Bis zur Verzweiflung bringt kann uns diese Frage immer wieder bringen:
Schweigt Gott angesichts des Bösen in der Welt? Ist er vielleicht
doch daran beteiligt? Geht das Schicksal nicht gnadenlos über unser
Leben hinweg? Ein Seelsorger sagte mir letztens: "Je älter ich werde,
um so schwerer wird es mir, Gottes Willen hinzunehmen, wenn ich sehe, wie
Menschen schuldlos leiden müssen an Bosheit, aber auch an Krankheit
und Unglück; gerade auch dann, wenn ich bei meiner Arbeit sehe, daß
Kinder in den Kliniken sterben. Näher sind uns dann wohl die Klagen
der Psalmen, die Gott anklagen, wie es selbst Jesus tat: "Mein Gott, mein
Gott, warum hast du mich verlassen? Ich schreie, aber meine Hilfe ist ferne.

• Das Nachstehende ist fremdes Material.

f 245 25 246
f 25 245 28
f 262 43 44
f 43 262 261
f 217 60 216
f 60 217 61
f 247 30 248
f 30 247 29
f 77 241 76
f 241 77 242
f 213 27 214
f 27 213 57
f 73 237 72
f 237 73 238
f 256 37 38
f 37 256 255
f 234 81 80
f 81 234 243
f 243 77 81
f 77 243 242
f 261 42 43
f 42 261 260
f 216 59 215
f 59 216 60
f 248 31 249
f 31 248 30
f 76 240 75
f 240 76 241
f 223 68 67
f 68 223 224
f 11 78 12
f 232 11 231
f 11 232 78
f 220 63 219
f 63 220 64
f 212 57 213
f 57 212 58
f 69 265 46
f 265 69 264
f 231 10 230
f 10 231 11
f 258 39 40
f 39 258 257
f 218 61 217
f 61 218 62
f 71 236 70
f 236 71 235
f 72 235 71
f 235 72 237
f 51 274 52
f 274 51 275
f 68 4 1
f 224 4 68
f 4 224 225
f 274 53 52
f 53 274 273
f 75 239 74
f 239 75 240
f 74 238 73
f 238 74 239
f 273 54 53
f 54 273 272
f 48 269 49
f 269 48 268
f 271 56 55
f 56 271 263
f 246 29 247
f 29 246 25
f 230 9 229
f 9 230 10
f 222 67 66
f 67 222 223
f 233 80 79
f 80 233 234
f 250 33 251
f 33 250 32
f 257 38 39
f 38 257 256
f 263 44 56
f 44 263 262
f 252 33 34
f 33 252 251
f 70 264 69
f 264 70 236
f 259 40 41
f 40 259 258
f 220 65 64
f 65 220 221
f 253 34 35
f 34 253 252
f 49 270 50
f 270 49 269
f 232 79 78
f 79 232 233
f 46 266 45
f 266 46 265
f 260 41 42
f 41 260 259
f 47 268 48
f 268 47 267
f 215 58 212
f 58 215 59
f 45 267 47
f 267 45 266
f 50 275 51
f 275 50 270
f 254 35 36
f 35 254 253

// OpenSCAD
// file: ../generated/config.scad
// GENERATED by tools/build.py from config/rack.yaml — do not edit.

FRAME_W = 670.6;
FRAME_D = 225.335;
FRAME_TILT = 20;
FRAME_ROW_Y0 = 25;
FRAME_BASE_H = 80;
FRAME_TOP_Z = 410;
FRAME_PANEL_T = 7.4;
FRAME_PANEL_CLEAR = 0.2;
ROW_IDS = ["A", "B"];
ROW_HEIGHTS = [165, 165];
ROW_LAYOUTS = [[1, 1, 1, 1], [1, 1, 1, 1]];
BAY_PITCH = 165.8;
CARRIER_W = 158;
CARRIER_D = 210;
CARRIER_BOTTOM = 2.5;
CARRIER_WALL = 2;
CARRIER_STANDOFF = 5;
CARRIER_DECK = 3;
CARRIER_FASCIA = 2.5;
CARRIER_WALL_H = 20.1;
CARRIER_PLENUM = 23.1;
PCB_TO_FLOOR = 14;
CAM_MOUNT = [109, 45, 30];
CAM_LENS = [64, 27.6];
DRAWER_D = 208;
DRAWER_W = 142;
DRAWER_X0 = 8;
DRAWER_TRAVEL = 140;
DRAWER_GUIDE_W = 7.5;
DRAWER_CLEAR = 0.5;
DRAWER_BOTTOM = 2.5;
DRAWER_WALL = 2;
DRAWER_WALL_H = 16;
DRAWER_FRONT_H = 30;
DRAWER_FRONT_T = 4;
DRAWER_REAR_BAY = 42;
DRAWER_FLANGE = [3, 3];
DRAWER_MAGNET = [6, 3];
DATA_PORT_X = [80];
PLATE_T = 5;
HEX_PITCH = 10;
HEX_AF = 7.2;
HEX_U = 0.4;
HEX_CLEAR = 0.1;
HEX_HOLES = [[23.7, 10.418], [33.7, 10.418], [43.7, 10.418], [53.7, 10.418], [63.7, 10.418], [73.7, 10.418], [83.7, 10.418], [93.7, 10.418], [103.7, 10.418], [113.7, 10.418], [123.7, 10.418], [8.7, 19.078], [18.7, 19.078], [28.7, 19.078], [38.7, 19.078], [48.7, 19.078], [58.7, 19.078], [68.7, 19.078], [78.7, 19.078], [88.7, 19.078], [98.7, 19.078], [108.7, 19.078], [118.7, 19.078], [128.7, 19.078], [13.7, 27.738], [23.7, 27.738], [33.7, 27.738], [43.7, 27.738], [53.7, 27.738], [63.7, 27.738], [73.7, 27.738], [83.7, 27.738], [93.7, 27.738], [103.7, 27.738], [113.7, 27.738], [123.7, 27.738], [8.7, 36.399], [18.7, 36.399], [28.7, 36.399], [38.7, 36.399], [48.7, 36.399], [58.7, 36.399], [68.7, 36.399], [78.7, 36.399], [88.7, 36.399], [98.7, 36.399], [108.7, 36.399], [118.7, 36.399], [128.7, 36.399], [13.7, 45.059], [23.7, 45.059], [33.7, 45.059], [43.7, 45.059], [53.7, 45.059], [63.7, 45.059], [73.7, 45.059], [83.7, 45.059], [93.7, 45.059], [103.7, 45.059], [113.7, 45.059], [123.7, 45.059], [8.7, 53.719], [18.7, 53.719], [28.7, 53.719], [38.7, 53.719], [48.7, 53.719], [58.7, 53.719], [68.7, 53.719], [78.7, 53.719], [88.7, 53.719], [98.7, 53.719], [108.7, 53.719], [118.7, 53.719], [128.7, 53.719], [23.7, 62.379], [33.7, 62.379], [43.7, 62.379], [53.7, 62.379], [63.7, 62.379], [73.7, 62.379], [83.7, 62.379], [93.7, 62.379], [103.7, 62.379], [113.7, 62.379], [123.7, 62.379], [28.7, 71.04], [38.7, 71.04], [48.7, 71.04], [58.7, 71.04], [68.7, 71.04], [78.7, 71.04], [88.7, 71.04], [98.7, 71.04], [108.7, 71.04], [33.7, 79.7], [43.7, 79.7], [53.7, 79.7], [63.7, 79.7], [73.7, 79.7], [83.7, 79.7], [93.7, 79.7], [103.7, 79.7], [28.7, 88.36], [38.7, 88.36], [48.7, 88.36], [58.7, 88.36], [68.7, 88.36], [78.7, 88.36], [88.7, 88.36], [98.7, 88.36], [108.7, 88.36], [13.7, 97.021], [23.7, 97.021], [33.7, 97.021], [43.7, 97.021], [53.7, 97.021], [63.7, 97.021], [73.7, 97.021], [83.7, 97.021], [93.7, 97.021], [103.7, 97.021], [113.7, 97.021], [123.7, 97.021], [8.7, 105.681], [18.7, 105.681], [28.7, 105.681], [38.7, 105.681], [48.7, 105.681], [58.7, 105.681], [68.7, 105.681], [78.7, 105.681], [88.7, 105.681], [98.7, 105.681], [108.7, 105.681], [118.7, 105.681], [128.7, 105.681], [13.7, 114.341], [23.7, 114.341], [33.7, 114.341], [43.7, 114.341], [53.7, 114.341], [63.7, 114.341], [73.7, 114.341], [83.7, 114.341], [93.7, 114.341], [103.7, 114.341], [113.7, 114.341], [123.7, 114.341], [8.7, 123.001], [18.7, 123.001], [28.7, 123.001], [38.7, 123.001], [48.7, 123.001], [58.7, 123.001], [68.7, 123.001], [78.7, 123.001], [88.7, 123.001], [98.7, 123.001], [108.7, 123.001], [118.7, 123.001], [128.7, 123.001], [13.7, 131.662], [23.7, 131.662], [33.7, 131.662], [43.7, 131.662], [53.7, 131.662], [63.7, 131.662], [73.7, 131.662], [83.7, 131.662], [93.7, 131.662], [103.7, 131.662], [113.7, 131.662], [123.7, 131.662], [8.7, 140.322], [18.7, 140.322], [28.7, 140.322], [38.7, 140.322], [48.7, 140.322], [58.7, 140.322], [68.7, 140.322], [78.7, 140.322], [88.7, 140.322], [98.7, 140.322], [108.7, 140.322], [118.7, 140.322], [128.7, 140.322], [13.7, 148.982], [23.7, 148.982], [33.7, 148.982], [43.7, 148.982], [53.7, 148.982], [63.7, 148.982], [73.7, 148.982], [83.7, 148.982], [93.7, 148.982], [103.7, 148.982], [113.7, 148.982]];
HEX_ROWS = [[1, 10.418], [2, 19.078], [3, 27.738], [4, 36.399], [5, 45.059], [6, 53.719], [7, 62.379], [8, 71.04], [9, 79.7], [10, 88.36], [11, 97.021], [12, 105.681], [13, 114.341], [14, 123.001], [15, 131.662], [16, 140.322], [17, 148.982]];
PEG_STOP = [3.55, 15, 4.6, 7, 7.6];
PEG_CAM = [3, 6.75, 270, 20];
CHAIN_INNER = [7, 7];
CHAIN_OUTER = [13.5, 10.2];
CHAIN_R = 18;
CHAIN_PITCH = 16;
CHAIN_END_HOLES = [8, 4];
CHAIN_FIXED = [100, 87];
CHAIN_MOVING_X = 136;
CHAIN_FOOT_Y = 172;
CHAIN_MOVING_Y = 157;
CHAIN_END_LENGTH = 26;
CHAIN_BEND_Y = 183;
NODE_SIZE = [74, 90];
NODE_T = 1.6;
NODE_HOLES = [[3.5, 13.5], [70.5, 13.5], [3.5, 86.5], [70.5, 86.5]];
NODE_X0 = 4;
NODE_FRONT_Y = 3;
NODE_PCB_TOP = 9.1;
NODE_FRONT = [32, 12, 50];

Mein Gott, des Tages rufe ich, doch antwortest du nicht, und des Nachts,
doch finde ich keine Ruhe." Und wenn wir glaubwürdig bleiben wollen,
dann gibt es darauf keine einfachen Antworten, sondern nur das Eingeständnis:
Auch wir wissen es nicht. Wenn jemand es lernt, auch in der schwere seines
Lebens Gottes Willen zu sehen, dann ist es ein langer Weg. Auch Josef wird
wohl lange gebraucht haben, bis er in seinem Schicksal Gottes guten Willen
erkannt haben mag. Doch dann konnte er seine Brüder trösten und
ihnen zu "Herzen reden", wie es im Hebräischen Urtext heißt.
Denn er sah mit dem Herzen.
Wir dürfen mit dem Neuen Testament das Alte lesen, von dem tiefen
Vertrauen Jesu, daß Gott doch ein guter Gott bleibt, kein Gott der
Rache. Jenseits alles Bösen, jenseits von aller Schuld und jenseits
des Sterbens verwandelt er die Trauer und das Leid. Und in seinem Geist
können wir uns und andere trösten und freundlich zu ihnen reden
- zu Herzen. Fürchtet euch nicht!
Amen.
Kanzelsegen.
Und der Friede Gottes, der höher ist als alle Vernunft, der bewahre
eure Herzen und Sinne in Christus Jesus. Amen.